TASK GOAL =>
In the entries that follow, the first line to write out is the one containing "#210=ORIENTED_EDGE('',*,*,#90,.T.);", and the last is the one containing "#248=FACE_BOUND('',#247,.T.);". Reproduce that stretch exactly, with nothing before or after it.

(Stored data)
= Beginning of Section =
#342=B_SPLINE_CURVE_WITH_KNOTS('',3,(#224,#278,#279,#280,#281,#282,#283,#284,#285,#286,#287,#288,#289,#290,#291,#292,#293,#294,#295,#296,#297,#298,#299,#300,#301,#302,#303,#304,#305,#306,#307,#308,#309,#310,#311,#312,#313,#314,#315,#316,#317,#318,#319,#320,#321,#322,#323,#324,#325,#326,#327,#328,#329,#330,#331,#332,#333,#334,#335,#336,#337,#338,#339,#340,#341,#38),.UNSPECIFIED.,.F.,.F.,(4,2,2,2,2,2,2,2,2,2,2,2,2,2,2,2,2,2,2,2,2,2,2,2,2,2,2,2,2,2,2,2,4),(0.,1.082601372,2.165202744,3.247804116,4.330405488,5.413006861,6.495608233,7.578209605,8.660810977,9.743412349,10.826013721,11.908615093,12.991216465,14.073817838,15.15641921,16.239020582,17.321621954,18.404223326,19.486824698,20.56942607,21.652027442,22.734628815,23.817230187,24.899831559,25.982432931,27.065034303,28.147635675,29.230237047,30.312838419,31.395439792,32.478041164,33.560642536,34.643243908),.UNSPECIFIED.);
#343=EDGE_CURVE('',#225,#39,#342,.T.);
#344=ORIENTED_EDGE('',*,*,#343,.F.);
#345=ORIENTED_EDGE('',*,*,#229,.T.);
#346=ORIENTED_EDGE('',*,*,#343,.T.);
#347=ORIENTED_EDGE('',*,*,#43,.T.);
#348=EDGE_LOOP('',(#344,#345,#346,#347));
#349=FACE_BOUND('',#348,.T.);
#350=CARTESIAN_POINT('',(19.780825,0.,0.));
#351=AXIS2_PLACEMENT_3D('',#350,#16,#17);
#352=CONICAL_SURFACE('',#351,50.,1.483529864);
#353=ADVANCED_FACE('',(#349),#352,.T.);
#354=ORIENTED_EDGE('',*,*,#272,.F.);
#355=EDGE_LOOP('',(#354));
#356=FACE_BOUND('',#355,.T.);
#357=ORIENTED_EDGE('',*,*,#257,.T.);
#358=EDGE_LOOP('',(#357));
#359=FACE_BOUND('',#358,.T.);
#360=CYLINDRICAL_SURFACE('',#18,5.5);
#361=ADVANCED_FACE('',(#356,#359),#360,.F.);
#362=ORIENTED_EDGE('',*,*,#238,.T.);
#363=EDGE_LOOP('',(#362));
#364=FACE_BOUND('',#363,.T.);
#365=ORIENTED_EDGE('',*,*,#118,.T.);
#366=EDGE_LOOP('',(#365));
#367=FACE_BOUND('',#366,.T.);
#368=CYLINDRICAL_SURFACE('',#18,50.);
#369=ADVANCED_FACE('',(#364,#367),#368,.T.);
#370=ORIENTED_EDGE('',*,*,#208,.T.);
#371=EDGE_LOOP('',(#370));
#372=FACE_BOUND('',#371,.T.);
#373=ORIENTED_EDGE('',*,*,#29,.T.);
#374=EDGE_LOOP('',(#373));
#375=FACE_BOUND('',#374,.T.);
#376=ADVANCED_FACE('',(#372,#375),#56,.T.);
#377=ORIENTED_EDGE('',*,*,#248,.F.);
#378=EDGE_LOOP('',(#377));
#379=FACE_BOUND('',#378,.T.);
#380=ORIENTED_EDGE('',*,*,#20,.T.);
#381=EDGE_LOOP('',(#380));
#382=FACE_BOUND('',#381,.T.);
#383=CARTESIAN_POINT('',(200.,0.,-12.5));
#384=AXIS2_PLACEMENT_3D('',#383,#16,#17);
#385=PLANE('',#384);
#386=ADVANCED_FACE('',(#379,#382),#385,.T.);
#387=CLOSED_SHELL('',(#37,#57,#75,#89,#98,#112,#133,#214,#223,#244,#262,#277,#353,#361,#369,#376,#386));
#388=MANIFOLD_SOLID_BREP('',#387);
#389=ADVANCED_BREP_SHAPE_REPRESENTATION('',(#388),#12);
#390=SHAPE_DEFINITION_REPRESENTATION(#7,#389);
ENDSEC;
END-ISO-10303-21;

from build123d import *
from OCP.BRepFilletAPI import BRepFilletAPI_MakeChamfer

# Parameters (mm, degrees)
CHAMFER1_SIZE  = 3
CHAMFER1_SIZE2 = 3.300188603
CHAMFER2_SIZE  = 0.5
= End of Section =
= Beginning of Section =
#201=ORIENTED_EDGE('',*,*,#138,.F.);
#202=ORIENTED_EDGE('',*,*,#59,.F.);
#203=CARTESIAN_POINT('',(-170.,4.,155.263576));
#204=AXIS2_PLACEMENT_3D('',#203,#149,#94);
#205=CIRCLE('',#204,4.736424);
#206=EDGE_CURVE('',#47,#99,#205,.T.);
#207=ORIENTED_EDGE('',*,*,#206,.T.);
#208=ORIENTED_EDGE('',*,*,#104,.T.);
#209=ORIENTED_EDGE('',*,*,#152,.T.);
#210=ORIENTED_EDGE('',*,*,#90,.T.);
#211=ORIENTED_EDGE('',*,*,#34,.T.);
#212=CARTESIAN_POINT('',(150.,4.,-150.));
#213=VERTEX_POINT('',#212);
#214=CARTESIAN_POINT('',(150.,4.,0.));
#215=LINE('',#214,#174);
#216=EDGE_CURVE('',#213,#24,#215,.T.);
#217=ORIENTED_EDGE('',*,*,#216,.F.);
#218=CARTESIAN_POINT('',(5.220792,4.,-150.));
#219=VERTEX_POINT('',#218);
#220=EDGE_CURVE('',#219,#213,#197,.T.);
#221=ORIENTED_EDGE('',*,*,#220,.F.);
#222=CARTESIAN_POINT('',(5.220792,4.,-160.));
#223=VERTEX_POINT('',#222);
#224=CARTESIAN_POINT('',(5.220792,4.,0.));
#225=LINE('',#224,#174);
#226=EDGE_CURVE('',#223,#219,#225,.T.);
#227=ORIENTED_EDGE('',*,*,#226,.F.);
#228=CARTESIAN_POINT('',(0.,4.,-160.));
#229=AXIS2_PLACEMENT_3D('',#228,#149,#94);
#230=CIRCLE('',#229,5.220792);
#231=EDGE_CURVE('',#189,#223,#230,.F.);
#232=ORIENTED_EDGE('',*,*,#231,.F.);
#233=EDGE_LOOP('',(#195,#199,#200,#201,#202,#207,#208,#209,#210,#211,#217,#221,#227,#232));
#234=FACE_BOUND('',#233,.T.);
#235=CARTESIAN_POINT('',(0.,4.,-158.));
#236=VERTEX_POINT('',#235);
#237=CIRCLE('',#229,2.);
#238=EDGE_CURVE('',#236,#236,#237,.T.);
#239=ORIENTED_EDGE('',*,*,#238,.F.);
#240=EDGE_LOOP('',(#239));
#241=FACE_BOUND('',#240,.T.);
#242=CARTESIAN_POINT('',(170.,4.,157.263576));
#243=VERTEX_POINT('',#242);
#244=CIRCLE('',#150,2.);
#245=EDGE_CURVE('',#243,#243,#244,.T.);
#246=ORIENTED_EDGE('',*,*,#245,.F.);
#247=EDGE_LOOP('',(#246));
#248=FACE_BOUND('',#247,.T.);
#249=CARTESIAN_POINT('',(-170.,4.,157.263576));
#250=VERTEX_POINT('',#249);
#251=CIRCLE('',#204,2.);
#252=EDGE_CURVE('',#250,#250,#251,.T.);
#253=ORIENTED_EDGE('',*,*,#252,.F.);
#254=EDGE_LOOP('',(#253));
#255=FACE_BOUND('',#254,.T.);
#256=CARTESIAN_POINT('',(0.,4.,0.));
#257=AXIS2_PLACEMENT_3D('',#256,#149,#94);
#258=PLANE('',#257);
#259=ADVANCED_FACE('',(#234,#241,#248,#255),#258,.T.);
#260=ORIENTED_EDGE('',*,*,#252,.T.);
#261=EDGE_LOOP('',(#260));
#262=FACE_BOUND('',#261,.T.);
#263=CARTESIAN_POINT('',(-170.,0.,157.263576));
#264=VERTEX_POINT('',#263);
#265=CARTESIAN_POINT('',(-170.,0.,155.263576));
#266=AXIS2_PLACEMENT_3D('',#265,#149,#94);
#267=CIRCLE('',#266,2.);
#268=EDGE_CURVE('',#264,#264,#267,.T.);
= End of Section =
PROBLEM SOLUTION =>
#210=ORIENTED_EDGE('',*,*,#90,.T.);
#211=ORIENTED_EDGE('',*,*,#34,.T.);
#212=CARTESIAN_POINT('',(150.,4.,-150.));
#213=VERTEX_POINT('',#212);
#214=CARTESIAN_POINT('',(150.,4.,0.));
#215=LINE('',#214,#174);
#216=EDGE_CURVE('',#213,#24,#215,.T.);
#217=ORIENTED_EDGE('',*,*,#216,.F.);
#218=CARTESIAN_POINT('',(5.220792,4.,-150.));
#219=VERTEX_POINT('',#218);
#220=EDGE_CURVE('',#219,#213,#197,.T.);
#221=ORIENTED_EDGE('',*,*,#220,.F.);
#222=CARTESIAN_POINT('',(5.220792,4.,-160.));
#223=VERTEX_POINT('',#222);
#224=CARTESIAN_POINT('',(5.220792,4.,0.));
#225=LINE('',#224,#174);
#226=EDGE_CURVE('',#223,#219,#225,.T.);
#227=ORIENTED_EDGE('',*,*,#226,.F.);
#228=CARTESIAN_POINT('',(0.,4.,-160.));
#229=AXIS2_PLACEMENT_3D('',#228,#149,#94);
#230=CIRCLE('',#229,5.220792);
#231=EDGE_CURVE('',#189,#223,#230,.F.);
#232=ORIENTED_EDGE('',*,*,#231,.F.);
#233=EDGE_LOOP('',(#195,#199,#200,#201,#202,#207,#208,#209,#210,#211,#217,#221,#227,#232));
#234=FACE_BOUND('',#233,.T.);
#235=CARTESIAN_POINT('',(0.,4.,-158.));
#236=VERTEX_POINT('',#235);
#237=CIRCLE('',#229,2.);
#238=EDGE_CURVE('',#236,#236,#237,.T.);
#239=ORIENTED_EDGE('',*,*,#238,.F.);
#240=EDGE_LOOP('',(#239));
#241=FACE_BOUND('',#240,.T.);
#242=CARTESIAN_POINT('',(170.,4.,157.263576));
#243=VERTEX_POINT('',#242);
#244=CIRCLE('',#150,2.);
#245=EDGE_CURVE('',#243,#243,#244,.T.);
#246=ORIENTED_EDGE('',*,*,#245,.F.);
#247=EDGE_LOOP('',(#246));
#248=FACE_BOUND('',#247,.T.);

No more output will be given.